Records shown =
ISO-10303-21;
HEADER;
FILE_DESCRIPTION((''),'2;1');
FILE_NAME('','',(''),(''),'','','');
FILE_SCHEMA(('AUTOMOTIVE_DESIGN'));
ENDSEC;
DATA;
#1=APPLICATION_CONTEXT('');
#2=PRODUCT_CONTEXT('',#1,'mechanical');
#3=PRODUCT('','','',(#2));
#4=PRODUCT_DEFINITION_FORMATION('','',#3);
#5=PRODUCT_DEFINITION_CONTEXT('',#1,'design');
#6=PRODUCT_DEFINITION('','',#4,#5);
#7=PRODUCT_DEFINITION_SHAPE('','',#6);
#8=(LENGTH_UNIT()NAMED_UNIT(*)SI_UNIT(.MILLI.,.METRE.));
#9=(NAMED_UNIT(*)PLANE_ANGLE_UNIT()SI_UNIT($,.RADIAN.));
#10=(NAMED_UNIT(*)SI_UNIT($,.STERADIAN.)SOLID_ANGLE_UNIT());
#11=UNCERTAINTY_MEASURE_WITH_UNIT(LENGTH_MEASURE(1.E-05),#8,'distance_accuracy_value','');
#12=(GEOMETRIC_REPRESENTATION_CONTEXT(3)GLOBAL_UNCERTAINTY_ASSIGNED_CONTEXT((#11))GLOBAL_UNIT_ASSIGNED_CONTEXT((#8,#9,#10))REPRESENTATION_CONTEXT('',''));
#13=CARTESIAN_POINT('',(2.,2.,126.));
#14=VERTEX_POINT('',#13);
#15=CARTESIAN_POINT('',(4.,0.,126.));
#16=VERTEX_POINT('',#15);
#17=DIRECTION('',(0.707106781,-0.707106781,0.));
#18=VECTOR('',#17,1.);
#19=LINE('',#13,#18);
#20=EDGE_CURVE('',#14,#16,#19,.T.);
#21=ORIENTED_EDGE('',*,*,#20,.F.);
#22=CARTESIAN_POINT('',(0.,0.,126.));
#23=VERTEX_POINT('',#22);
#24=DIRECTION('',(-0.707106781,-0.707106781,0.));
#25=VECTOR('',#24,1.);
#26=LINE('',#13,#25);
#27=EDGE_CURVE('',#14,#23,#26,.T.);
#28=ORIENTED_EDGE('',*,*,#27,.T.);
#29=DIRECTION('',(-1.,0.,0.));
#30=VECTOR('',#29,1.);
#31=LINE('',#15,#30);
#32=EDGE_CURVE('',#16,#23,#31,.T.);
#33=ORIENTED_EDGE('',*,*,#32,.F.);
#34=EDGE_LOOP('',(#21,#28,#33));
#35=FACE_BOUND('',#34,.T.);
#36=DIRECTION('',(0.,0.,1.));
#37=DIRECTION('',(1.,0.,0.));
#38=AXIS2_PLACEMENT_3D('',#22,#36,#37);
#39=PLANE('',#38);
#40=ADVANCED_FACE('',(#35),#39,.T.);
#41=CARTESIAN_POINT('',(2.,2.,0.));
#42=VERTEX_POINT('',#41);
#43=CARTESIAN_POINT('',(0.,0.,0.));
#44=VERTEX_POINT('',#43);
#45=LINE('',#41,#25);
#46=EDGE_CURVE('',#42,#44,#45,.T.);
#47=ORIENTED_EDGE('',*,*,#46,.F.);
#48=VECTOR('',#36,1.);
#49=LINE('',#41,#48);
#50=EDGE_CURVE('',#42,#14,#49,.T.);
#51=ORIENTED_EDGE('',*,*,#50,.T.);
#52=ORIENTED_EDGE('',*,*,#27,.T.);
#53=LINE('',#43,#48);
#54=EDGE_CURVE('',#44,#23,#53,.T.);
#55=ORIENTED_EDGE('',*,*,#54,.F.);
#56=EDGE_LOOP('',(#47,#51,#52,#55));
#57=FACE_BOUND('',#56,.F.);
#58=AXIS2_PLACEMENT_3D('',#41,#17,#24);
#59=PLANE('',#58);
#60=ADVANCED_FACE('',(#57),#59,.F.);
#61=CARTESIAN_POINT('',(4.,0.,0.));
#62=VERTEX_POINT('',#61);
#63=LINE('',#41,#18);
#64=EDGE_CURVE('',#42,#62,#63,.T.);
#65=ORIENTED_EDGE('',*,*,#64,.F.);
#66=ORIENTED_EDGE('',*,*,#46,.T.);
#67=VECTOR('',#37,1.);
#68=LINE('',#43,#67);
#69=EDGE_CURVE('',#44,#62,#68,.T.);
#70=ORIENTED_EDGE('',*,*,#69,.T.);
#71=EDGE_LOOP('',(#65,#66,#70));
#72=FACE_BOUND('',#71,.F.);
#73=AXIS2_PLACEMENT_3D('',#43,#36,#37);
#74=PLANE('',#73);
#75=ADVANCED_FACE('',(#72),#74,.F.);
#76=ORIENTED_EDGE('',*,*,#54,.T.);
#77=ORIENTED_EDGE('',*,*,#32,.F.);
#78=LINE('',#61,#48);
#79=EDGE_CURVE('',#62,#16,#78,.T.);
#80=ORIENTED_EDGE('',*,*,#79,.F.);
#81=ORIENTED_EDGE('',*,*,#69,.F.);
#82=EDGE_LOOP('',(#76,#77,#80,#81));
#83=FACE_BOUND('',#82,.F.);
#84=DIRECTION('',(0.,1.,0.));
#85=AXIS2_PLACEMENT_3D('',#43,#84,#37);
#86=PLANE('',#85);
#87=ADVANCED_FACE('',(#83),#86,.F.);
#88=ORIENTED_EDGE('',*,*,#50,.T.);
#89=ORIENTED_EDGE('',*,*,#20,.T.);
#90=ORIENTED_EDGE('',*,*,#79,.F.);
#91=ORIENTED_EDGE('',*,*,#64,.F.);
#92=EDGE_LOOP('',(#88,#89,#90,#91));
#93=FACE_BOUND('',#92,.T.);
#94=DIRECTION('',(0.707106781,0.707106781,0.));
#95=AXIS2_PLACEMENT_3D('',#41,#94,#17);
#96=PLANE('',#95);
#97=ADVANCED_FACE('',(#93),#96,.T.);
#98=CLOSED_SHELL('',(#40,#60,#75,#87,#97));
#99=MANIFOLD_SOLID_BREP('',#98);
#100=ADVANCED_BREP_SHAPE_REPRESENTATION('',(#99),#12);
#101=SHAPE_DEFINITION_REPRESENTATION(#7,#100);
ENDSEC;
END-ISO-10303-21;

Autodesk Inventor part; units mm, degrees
ref_plane "YZ Plane" through (0, 0, 0) normal (1, 0, 0) x (0, 1, 0)
ref_plane "XZ Plane" through (0, 0, 0) normal (0, 1, 0) x (-1, 0, 0)
ref_plane "XY Plane" through (0, 0, 0) normal (0, 0, 1) x (1, 0, 0)
sketch "Sketch1" plane through (0, 0, 0) normal (0, 0, 1) x (1, 0, 0)
  line L0 (0, 0) -> (4, 0)
  line L1 (2, 0) -> (2, 2)
  line L2 (2, 2) -> (0, 0)
  line L3 (2, 2) -> (4, 0)
  dimension "d1" = 90
  dimension "d2" = 2
extrude "Extrusion1" add sketch "Sketch1" along normal blind 126
properties part number "CoinActivator"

About this task = Line by line, return the whole listing without a single difference.

Answer section =
ISO-10303-21;
HEADER;
FILE_DESCRIPTION((''),'2;1');
FILE_NAME('','',(''),(''),'','','');
FILE_SCHEMA(('AUTOMOTIVE_DESIGN'));
ENDSEC;
DATA;
#1=APPLICATION_CONTEXT('');
#2=PRODUCT_CONTEXT('',#1,'mechanical');
#3=PRODUCT('','','',(#2));
#4=PRODUCT_DEFINITION_FORMATION('','',#3);
#5=PRODUCT_DEFINITION_CONTEXT('',#1,'design');
#6=PRODUCT_DEFINITION('','',#4,#5);
#7=PRODUCT_DEFINITION_SHAPE('','',#6);
#8=(LENGTH_UNIT()NAMED_UNIT(*)SI_UNIT(.MILLI.,.METRE.));
#9=(NAMED_UNIT(*)PLANE_ANGLE_UNIT()SI_UNIT($,.RADIAN.));
#10=(NAMED_UNIT(*)SI_UNIT($,.STERADIAN.)SOLID_ANGLE_UNIT());
#11=UNCERTAINTY_MEASURE_WITH_UNIT(LENGTH_MEASURE(1.E-05),#8,'distance_accuracy_value','');
#12=(GEOMETRIC_REPRESENTATION_CONTEXT(3)GLOBAL_UNCERTAINTY_ASSIGNED_CONTEXT((#11))GLOBAL_UNIT_ASSIGNED_CONTEXT((#8,#9,#10))REPRESENTATION_CONTEXT('',''));
#13=CARTESIAN_POINT('',(2.,2.,126.));
#14=VERTEX_POINT('',#13);
#15=CARTESIAN_POINT('',(4.,0.,126.));
#16=VERTEX_POINT('',#15);
#17=DIRECTION('',(0.707106781,-0.707106781,0.));
#18=VECTOR('',#17,1.);
#19=LINE('',#13,#18);
#20=EDGE_CURVE('',#14,#16,#19,.T.);
#21=ORIENTED_EDGE('',*,*,#20,.F.);
#22=CARTESIAN_POINT('',(0.,0.,126.));
#23=VERTEX_POINT('',#22);
#24=DIRECTION('',(-0.707106781,-0.707106781,0.));
#25=VECTOR('',#24,1.);
#26=LINE('',#13,#25);
#27=EDGE_CURVE('',#14,#23,#26,.T.);
#28=ORIENTED_EDGE('',*,*,#27,.T.);
#29=DIRECTION('',(-1.,0.,0.));
#30=VECTOR('',#29,1.);
#31=LINE('',#15,#30);
#32=EDGE_CURVE('',#16,#23,#31,.T.);
#33=ORIENTED_EDGE('',*,*,#32,.F.);
#34=EDGE_LOOP('',(#21,#28,#33));
#35=FACE_BOUND('',#34,.T.);
#36=DIRECTION('',(0.,0.,1.));
#37=DIRECTION('',(1.,0.,0.));
#38=AXIS2_PLACEMENT_3D('',#22,#36,#37);
#39=PLANE('',#38);
#40=ADVANCED_FACE('',(#35),#39,.T.);
#41=CARTESIAN_POINT('',(2.,2.,0.));
#42=VERTEX_POINT('',#41);
#43=CARTESIAN_POINT('',(0.,0.,0.));
#44=VERTEX_POINT('',#43);
#45=LINE('',#41,#25);
#46=EDGE_CURVE('',#42,#44,#45,.T.);
#47=ORIENTED_EDGE('',*,*,#46,.F.);
#48=VECTOR('',#36,1.);
#49=LINE('',#41,#48);
#50=EDGE_CURVE('',#42,#14,#49,.T.);
#51=ORIENTED_EDGE('',*,*,#50,.T.);
#52=ORIENTED_EDGE('',*,*,#27,.T.);
#53=LINE('',#43,#48);
#54=EDGE_CURVE('',#44,#23,#53,.T.);
#55=ORIENTED_EDGE('',*,*,#54,.F.);
#56=EDGE_LOOP('',(#47,#51,#52,#55));
#57=FACE_BOUND('',#56,.F.);
#58=AXIS2_PLACEMENT_3D('',#41,#17,#24);
#59=PLANE('',#58);
#60=ADVANCED_FACE('',(#57),#59,.F.);
#61=CARTESIAN_POINT('',(4.,0.,0.));
#62=VERTEX_POINT('',#61);
#63=LINE('',#41,#18);
#64=EDGE_CURVE('',#42,#62,#63,.T.);
#65=ORIENTED_EDGE('',*,*,#64,.F.);
#66=ORIENTED_EDGE('',*,*,#46,.T.);
#67=VECTOR('',#37,1.);
#68=LINE('',#43,#67);
#69=EDGE_CURVE('',#44,#62,#68,.T.);
#70=ORIENTED_EDGE('',*,*,#69,.T.);
#71=EDGE_LOOP('',(#65,#66,#70));
#72=FACE_BOUND('',#71,.F.);
#73=AXIS2_PLACEMENT_3D('',#43,#36,#37);
#74=PLANE('',#73);
#75=ADVANCED_FACE('',(#72),#74,.F.);
#76=ORIENTED_EDGE('',*,*,#54,.T.);
#77=ORIENTED_EDGE('',*,*,#32,.F.);
#78=LINE('',#61,#48);
#79=EDGE_CURVE('',#62,#16,#78,.T.);
#80=ORIENTED_EDGE('',*,*,#79,.F.);
#81=ORIENTED_EDGE('',*,*,#69,.F.);
#82=EDGE_LOOP('',(#76,#77,#80,#81));
#83=FACE_BOUND('',#82,.F.);
#84=DIRECTION('',(0.,1.,0.));
#85=AXIS2_PLACEMENT_3D('',#43,#84,#37);
#86=PLANE('',#85);
#87=ADVANCED_FACE('',(#83),#86,.F.);
#88=ORIENTED_EDGE('',*,*,#50,.T.);
#89=ORIENTED_EDGE('',*,*,#20,.T.);
#90=ORIENTED_EDGE('',*,*,#79,.F.);
#91=ORIENTED_EDGE('',*,*,#64,.F.);
#92=EDGE_LOOP('',(#88,#89,#90,#91));
#93=FACE_BOUND('',#92,.T.);
#94=DIRECTION('',(0.707106781,0.707106781,0.));
#95=AXIS2_PLACEMENT_3D('',#41,#94,#17);
#96=PLANE('',#95);
#97=ADVANCED_FACE('',(#93),#96,.T.);
#98=CLOSED_SHELL('',(#40,#60,#75,#87,#97));
#99=MANIFOLD_SOLID_BREP('',#98);
#100=ADVANCED_BREP_SHAPE_REPRESENTATION('',(#99),#12);
#101=SHAPE_DEFINITION_REPRESENTATION(#7,#100);
ENDSEC;
END-ISO-10303-21;

Autodesk Inventor part; units mm, degrees
ref_plane "YZ Plane" through (0, 0, 0) normal (1, 0, 0) x (0, 1, 0)
ref_plane "XZ Plane" through (0, 0, 0) normal (0, 1, 0) x (-1, 0, 0)
ref_plane "XY Plane" through (0, 0, 0) normal (0, 0, 1) x (1, 0, 0)
sketch "Sketch1" plane through (0, 0, 0) normal (0, 0, 1) x (1, 0, 0)
  line L0 (0, 0) -> (4, 0)
  line L1 (2, 0) -> (2, 2)
  line L2 (2, 2) -> (0, 0)
  line L3 (2, 2) -> (4, 0)
  dimension "d1" = 90
  dimension "d2" = 2
extrude "Extrusion1" add sketch "Sketch1" along normal blind 126
properties part number "CoinActivator"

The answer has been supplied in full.